Numerical Analysis of the Deformation Performance of Monopile under Wave and Current Load
Libo Chen,
Xiaoyan Yang,
Lichen Li,
Wenbing Wu,
M. Hesham El Naggar,
Kuihua Wang,
Jinyong Chen
Affiliations
Libo Chen
Engineering Research Center of Rock-Soil Drilling & Excavation and Protection, Ministry of Education, Faculty of Engineering, China University of Geosciences, Wuhan 430074, China
Xiaoyan Yang
Engineering Research Center of Rock-Soil Drilling & Excavation and Protection, Ministry of Education, Faculty of Engineering, China University of Geosciences, Wuhan 430074, China
Lichen Li
Engineering Research Center of Rock-Soil Drilling & Excavation and Protection, Ministry of Education, Faculty of Engineering, China University of Geosciences, Wuhan 430074, China
Wenbing Wu
Engineering Research Center of Rock-Soil Drilling & Excavation and Protection, Ministry of Education, Faculty of Engineering, China University of Geosciences, Wuhan 430074, China
M. Hesham El Naggar
Engineering Research Center of Rock-Soil Drilling & Excavation and Protection, Ministry of Education, Faculty of Engineering, China University of Geosciences, Wuhan 430074, China
Kuihua Wang
Geotechnical Research Centre, Department of Civil and Environmental Engineering, Western University, London, ON N6A 5B9, Canada
Jinyong Chen
Engineering Research Center of Rock-Soil Drilling & Excavation and Protection, Ministry of Education, Faculty of Engineering, China University of Geosciences, Wuhan 430074, China
The research on the deformation mechanism of monopile foundation supporting offshore wind turbines is significant to optimize the design of a monopile foundation under wave and current load.
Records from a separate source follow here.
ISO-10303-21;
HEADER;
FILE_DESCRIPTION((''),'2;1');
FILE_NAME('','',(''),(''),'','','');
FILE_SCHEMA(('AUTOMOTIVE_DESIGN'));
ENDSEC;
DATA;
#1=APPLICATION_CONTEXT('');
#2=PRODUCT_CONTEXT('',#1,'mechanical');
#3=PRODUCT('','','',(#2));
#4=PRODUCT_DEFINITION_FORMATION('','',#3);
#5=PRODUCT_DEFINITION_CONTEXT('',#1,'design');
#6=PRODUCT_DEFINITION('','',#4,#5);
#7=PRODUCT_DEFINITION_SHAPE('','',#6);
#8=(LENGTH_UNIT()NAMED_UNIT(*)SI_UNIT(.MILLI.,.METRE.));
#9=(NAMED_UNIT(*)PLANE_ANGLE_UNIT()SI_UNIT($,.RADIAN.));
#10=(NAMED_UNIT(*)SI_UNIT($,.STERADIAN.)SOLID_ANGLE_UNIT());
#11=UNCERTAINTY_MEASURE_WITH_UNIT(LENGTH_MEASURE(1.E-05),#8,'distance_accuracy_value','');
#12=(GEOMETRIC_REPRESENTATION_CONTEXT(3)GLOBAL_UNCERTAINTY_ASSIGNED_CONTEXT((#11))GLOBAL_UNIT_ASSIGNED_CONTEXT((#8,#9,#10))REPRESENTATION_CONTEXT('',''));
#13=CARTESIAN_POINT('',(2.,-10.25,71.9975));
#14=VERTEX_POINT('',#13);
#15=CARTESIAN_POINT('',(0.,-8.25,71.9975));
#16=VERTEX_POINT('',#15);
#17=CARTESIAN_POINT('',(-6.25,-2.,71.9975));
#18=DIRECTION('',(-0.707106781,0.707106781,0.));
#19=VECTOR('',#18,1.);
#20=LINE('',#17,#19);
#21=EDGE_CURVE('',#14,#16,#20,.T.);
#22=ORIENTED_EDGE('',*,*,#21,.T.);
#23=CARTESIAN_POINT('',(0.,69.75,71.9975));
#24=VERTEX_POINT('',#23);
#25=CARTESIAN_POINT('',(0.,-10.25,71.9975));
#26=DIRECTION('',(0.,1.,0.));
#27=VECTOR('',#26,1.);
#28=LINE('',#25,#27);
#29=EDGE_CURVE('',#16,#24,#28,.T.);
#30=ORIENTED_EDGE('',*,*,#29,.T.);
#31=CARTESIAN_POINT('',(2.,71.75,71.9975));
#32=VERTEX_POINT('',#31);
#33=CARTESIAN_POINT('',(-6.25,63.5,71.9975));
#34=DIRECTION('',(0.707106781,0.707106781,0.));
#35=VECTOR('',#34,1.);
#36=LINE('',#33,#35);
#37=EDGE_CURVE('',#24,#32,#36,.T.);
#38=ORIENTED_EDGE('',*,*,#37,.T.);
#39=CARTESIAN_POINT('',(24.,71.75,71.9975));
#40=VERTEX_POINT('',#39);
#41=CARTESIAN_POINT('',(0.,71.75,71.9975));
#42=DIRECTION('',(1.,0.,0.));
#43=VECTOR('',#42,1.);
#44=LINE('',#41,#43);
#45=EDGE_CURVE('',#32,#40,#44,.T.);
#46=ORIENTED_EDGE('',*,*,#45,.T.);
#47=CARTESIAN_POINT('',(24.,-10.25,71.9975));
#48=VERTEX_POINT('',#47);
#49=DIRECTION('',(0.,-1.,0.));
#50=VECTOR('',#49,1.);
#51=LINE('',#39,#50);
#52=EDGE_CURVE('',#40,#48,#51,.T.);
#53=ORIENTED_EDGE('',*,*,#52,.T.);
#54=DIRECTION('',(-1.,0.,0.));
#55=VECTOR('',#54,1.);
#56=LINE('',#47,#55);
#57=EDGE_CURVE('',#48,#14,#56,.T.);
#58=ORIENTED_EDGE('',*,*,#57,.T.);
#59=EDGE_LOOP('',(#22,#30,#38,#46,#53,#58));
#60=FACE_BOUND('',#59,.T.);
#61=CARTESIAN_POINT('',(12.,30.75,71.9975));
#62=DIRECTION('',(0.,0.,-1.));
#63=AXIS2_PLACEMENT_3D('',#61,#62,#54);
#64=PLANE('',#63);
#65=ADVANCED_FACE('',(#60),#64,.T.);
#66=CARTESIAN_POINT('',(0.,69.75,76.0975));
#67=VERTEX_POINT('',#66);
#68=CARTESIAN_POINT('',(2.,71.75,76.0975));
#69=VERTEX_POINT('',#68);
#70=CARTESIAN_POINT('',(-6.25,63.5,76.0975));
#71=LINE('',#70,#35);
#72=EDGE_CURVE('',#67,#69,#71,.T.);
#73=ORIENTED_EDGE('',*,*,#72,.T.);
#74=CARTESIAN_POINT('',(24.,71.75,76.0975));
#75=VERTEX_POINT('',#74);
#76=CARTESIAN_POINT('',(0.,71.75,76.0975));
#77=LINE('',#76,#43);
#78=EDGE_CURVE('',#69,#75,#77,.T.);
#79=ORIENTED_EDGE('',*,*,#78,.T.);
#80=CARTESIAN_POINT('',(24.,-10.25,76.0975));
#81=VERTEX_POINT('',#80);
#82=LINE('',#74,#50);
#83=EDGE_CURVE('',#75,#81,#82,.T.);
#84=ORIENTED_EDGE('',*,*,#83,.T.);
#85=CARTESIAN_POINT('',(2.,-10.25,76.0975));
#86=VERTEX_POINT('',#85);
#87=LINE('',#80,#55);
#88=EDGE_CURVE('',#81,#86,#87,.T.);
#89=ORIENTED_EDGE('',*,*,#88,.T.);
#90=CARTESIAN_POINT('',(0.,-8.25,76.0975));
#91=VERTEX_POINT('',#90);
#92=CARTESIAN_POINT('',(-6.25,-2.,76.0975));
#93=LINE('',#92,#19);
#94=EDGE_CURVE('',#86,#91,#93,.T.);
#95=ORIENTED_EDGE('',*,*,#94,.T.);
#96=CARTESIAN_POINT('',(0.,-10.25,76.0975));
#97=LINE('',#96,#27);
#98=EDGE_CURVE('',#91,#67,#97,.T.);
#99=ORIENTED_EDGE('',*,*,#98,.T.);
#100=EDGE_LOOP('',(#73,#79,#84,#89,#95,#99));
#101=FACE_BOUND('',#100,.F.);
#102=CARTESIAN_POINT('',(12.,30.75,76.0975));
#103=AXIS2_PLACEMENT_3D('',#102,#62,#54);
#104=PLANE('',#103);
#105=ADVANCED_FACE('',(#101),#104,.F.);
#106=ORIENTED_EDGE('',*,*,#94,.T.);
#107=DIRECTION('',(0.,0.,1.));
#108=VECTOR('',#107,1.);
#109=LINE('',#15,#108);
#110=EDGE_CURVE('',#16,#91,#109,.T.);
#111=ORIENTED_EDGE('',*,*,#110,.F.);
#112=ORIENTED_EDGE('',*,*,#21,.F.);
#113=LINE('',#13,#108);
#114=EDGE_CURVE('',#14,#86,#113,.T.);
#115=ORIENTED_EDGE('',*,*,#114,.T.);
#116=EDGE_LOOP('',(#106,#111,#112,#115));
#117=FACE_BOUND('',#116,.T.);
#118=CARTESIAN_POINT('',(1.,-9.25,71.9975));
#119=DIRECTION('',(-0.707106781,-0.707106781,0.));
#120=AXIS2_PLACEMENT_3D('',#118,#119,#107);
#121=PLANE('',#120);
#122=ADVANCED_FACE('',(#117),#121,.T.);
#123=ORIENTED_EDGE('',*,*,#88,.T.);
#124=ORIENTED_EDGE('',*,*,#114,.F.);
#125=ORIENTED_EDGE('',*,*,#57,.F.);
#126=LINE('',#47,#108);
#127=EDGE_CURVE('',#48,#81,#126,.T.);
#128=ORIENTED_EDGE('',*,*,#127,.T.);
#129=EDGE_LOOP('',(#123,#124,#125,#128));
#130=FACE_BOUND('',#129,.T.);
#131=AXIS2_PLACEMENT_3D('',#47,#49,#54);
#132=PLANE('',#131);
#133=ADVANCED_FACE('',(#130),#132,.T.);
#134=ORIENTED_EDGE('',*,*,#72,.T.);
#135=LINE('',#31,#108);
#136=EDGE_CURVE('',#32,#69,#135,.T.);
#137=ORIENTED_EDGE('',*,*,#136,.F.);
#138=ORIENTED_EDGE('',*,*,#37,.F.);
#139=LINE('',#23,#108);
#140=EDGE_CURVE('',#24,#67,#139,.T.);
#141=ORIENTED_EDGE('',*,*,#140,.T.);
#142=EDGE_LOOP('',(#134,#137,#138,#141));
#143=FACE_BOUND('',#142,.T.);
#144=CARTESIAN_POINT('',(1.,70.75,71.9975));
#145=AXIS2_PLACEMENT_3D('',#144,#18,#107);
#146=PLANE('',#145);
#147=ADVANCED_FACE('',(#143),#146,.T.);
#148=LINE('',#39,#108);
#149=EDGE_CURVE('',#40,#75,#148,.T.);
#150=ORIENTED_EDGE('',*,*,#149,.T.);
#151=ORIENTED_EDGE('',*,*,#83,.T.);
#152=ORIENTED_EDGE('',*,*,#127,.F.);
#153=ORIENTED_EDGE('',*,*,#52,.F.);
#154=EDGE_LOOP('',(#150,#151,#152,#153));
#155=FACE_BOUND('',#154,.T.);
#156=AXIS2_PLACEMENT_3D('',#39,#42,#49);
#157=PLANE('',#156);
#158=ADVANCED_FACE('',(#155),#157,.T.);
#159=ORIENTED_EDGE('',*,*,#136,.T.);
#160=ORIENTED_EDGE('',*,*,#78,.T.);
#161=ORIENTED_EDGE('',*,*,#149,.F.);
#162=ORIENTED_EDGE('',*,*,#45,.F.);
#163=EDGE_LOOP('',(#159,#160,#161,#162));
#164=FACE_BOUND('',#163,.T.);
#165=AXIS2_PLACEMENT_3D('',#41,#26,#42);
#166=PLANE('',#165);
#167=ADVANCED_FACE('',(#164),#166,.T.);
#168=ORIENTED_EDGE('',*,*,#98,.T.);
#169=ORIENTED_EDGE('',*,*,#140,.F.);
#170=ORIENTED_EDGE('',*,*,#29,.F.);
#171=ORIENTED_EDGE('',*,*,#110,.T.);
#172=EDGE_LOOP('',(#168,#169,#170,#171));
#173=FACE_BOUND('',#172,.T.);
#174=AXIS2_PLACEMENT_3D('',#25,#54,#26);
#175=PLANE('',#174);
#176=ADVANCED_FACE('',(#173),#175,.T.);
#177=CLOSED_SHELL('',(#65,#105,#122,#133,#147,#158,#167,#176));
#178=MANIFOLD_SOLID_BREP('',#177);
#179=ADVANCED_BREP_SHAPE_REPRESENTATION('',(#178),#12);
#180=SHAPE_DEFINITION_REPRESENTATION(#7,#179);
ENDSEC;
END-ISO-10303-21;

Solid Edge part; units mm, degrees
sketch "Sketch1" plane through (0, 0, 71.9975) normal (0, 0, 1) x (1, 0, 0)
  line L0 (24, 71.75) -> (24, -10.25)
  line L1 (24, -10.25) -> (0, -10.25)
  line L2 (0, -10.25) -> (0, 71.75)
  line L3 (0, 71.75) -> (24, 71.75)
extrude "ExtrudedProtrusion_1" add sketch "Sketch1" along normal blind 4.1
chamfer "Chamfer1" distance 2 angle 45 2 edges at (0, -10.25, 74.0475) (0, 71.75, 74.0475)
In this paper, a three-dimensional wave-pile-soil coupling finite element model is proposed to investigate the deformation mechanism of monopile undercurrent and fifth-order Stokes wave. Different from the conventional assumption that there is no slip at the pile-soil interface, Frictional contact is set to simulate the relative movement between monopile and soil. Numerical results indicate that under extreme environmental conditions, the monopile foundation sways within a certain range and the maximum displacement in the loading direction is 1.3 times the displacement in the reverse direction. A further investigation has been made for a large-diameter pipe pile with various design parameters. The finite element analyses reveal that the most efficient way to reduce the deflection of the pile head is by increasing the embedment depth of the monopile. When the embedment depth is limited, increasing the pile diameter is a more effective way to strengthen the foundation than increasing the wall thickness.